## Work request
In the entries below, find the line with "Hole(F_4_40_TAPPED_HOLE1_D / 2)" and print exactly every line from there up to and including the line with "# Mirror2: Cut-Extrude1 across plane", with no other lines.

--- Records Enclosed Below ---

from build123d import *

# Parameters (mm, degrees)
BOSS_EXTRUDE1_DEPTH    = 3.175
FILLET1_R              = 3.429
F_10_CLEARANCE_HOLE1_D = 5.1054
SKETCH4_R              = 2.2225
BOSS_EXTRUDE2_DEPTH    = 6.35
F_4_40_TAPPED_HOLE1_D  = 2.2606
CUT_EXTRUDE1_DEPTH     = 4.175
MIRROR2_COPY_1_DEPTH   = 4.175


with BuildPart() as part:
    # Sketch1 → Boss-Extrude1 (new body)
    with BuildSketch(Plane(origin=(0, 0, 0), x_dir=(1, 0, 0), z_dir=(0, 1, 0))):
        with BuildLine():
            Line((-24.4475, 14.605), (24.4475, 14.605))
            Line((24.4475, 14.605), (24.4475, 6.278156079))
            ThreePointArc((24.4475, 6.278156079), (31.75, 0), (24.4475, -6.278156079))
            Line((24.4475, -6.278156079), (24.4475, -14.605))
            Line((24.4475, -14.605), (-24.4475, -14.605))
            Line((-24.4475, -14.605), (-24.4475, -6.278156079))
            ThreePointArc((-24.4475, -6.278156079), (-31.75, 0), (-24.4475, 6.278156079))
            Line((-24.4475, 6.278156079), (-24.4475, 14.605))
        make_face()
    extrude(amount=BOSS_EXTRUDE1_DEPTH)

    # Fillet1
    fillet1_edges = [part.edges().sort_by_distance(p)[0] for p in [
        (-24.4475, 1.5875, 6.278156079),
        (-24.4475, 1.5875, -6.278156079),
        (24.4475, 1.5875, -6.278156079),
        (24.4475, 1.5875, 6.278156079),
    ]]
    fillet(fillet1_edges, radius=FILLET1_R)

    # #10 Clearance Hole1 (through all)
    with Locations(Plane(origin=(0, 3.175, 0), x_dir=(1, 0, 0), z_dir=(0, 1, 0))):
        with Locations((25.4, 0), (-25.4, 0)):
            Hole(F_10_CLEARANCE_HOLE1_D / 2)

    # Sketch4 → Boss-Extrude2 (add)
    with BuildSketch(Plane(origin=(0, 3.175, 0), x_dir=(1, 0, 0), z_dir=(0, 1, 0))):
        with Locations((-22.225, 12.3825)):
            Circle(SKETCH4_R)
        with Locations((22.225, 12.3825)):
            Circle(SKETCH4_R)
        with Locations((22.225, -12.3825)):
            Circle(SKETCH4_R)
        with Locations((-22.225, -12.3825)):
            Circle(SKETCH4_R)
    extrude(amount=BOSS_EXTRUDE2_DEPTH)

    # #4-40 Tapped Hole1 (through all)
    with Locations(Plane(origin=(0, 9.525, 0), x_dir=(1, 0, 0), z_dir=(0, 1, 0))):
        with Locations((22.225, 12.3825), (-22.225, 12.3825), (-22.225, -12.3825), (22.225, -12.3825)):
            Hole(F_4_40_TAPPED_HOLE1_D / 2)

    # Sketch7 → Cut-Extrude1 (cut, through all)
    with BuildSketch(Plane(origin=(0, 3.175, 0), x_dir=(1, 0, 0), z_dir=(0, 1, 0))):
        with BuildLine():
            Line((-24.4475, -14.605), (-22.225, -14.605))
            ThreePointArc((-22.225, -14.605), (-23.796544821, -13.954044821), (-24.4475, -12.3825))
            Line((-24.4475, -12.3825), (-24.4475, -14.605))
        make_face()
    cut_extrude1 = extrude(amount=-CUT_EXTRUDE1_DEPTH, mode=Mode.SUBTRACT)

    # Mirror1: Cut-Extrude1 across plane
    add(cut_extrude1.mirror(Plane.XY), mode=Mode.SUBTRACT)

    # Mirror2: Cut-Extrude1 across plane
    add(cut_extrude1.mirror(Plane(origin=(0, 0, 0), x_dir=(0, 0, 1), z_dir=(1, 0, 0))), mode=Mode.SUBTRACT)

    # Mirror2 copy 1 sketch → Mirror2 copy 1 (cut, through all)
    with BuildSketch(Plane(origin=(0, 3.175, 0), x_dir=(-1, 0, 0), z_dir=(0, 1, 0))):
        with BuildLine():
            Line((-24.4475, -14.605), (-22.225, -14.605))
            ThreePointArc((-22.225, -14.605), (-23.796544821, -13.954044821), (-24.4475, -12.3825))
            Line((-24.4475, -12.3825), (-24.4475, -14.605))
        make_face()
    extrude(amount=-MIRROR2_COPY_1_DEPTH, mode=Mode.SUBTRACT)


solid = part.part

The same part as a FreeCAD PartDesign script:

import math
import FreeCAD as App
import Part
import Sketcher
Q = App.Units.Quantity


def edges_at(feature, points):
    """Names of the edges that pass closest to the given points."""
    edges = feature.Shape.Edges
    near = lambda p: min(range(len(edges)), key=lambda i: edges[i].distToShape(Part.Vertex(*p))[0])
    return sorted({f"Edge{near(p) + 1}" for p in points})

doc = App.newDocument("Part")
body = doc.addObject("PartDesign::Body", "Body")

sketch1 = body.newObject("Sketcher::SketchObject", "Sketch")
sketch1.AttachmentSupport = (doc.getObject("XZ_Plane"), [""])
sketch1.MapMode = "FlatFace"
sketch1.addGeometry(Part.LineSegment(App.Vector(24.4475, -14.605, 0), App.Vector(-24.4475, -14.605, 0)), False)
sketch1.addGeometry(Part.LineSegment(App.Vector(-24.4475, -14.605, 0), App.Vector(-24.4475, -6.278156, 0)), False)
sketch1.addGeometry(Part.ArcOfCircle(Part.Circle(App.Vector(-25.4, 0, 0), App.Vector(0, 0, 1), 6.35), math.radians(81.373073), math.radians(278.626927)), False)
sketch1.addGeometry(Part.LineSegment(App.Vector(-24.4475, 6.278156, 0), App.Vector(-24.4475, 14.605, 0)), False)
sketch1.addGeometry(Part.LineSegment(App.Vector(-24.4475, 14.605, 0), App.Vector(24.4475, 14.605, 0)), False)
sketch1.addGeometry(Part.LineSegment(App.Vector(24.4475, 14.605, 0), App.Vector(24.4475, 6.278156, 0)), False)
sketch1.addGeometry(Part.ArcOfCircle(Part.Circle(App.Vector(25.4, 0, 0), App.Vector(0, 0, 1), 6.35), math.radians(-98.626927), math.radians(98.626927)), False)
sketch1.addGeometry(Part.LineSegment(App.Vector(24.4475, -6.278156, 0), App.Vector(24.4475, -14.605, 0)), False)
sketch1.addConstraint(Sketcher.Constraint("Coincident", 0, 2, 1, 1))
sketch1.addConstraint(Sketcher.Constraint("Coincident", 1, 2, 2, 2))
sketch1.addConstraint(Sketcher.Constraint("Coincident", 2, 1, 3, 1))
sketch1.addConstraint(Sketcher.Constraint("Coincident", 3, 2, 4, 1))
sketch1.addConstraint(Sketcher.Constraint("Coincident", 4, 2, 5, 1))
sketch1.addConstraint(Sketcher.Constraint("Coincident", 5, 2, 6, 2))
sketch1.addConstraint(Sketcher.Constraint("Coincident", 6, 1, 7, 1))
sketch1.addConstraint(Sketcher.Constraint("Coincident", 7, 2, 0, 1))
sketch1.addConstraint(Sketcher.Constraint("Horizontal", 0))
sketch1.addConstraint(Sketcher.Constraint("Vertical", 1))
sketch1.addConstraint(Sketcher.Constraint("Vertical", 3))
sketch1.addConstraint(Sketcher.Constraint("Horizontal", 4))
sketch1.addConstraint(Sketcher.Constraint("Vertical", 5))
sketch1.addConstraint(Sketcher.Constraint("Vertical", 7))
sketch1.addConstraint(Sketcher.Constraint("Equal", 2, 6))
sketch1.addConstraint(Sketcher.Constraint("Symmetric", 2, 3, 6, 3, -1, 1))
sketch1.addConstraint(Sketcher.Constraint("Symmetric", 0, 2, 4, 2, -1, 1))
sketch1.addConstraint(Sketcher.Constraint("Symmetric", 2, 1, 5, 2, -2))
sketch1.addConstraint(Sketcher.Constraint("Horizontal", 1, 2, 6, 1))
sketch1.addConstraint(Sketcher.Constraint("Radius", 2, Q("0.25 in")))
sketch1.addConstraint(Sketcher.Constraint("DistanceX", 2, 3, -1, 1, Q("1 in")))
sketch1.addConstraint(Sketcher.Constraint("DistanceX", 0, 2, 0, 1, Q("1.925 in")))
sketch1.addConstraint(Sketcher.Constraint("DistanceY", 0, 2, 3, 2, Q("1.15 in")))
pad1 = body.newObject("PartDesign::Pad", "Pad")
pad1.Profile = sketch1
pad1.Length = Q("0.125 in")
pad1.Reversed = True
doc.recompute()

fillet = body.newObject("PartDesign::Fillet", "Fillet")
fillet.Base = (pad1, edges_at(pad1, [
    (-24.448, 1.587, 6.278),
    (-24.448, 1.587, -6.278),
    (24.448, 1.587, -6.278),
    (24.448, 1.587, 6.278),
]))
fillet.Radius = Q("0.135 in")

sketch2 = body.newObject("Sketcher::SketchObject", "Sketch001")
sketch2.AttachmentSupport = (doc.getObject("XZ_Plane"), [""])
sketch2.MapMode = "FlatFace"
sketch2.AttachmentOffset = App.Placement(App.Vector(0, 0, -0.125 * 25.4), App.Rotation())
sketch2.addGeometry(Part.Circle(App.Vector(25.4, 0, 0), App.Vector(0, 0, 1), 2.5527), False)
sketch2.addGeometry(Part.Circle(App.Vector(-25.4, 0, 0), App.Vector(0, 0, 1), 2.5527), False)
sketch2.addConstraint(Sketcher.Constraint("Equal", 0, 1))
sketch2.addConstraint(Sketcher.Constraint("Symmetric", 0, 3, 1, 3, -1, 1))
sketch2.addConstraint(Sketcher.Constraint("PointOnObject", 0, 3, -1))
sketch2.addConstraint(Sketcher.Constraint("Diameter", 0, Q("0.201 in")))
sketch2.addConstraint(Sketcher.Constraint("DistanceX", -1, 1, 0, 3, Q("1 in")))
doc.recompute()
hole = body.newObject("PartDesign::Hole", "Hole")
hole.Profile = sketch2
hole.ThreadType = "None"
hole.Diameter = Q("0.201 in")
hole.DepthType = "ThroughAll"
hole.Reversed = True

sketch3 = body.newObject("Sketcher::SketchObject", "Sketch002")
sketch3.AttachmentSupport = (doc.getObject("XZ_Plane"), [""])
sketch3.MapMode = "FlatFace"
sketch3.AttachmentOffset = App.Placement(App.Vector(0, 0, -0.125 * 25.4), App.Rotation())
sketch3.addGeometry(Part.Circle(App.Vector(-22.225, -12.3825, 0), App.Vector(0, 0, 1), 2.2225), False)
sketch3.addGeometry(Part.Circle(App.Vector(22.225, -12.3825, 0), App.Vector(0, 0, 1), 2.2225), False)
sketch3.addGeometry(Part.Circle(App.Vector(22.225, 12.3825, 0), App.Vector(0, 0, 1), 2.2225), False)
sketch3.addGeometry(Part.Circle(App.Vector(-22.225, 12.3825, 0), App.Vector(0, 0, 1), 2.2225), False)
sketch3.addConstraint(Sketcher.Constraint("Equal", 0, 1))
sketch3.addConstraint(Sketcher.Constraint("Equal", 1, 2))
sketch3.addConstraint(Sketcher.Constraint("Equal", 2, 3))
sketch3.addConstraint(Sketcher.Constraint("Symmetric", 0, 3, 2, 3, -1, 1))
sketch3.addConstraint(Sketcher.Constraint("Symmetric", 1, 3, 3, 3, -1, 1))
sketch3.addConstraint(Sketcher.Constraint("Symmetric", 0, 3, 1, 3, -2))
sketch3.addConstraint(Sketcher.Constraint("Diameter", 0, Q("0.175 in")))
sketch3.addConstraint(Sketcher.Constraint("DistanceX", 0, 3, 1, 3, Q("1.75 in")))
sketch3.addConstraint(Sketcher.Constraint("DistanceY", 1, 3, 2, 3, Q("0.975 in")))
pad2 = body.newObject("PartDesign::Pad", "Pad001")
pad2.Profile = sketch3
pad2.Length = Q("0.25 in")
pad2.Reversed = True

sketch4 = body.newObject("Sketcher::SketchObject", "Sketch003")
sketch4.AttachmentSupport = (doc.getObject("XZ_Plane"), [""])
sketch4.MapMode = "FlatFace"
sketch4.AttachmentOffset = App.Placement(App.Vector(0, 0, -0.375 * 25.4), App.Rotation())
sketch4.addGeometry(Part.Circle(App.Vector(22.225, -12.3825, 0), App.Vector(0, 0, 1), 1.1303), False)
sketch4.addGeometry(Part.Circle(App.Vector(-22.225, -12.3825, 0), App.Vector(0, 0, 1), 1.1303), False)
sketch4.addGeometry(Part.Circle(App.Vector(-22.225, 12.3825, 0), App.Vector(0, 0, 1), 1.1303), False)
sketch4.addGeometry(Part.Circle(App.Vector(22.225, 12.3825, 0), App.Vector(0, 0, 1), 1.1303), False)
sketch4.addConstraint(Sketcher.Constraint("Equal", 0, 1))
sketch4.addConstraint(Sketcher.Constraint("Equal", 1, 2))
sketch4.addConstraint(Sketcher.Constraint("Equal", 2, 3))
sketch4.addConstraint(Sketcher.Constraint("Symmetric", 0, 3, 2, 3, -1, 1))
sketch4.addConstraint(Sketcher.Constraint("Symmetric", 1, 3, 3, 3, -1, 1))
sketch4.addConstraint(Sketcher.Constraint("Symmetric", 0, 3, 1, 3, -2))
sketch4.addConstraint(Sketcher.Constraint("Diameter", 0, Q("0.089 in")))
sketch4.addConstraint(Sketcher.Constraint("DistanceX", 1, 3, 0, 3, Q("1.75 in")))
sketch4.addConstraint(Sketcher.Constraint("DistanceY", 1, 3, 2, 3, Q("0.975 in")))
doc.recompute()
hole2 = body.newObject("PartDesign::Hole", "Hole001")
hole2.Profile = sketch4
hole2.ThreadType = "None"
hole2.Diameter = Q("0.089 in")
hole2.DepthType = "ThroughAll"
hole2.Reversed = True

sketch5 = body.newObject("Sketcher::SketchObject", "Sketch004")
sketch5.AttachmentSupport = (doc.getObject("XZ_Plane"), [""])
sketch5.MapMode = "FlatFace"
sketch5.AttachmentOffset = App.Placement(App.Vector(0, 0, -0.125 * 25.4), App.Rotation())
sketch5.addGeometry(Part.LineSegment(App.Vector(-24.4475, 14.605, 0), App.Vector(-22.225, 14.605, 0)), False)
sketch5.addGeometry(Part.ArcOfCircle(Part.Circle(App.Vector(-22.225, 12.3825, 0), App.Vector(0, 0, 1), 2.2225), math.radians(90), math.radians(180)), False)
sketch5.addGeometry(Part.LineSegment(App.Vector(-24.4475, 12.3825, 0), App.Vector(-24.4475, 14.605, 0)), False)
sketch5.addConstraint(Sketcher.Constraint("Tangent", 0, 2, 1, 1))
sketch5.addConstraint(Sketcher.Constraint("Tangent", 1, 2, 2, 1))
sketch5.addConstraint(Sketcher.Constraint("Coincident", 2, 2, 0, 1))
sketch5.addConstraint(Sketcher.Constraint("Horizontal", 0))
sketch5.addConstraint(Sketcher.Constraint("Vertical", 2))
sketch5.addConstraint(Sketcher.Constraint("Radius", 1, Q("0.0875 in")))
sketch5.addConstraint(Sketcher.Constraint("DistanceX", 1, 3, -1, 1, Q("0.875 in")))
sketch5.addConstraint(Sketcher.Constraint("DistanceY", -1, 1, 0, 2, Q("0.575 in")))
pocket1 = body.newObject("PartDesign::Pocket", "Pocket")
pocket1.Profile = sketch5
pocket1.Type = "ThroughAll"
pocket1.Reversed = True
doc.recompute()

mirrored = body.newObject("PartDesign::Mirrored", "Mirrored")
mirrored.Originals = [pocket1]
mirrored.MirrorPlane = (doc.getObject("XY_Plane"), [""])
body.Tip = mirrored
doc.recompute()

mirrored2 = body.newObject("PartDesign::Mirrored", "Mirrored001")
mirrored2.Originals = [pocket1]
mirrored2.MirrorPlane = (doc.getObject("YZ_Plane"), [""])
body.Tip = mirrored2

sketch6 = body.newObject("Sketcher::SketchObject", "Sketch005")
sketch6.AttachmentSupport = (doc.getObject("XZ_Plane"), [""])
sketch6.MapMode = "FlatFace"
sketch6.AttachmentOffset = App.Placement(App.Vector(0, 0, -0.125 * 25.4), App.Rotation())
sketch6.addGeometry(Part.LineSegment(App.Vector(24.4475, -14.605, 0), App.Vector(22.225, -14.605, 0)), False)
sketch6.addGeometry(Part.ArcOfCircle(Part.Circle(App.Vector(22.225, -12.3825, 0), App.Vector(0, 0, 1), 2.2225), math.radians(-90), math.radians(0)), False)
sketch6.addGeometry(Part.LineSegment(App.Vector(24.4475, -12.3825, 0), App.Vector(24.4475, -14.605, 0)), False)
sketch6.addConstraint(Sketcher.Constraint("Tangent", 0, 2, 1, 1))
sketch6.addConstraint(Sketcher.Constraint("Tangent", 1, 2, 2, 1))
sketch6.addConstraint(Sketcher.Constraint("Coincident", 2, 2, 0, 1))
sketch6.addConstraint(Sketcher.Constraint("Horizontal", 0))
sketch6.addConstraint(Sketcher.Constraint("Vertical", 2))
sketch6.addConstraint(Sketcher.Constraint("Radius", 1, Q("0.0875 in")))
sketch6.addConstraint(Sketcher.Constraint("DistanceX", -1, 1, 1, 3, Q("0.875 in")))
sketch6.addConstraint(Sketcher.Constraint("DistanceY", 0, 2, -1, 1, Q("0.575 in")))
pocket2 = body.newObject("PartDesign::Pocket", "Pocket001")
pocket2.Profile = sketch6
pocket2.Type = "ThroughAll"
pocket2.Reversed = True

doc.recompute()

--- End of Enclosed Records ---

## Answer space
            Hole(F_4_40_TAPPED_HOLE1_D / 2)

    # Sketch7 → Cut-Extrude1 (cut, through all)
    with BuildSketch(Plane(origin=(0, 3.175, 0), x_dir=(1, 0, 0), z_dir=(0, 1, 0))):
        with BuildLine():
            Line((-24.4475, -14.605), (-22.225, -14.605))
            ThreePointArc((-22.225, -14.605), (-23.796544821, -13.954044821), (-24.4475, -12.3825))
            Line((-24.4475, -12.3825), (-24.4475, -14.605))
        make_face()
    cut_extrude1 = extrude(amount=-CUT_EXTRUDE1_DEPTH, mode=Mode.SUBTRACT)

    # Mirror1: Cut-Extrude1 across plane
    add(cut_extrude1.mirror(Plane.XY), mode=Mode.SUBTRACT)

    # Mirror2: Cut-Extrude1 across plane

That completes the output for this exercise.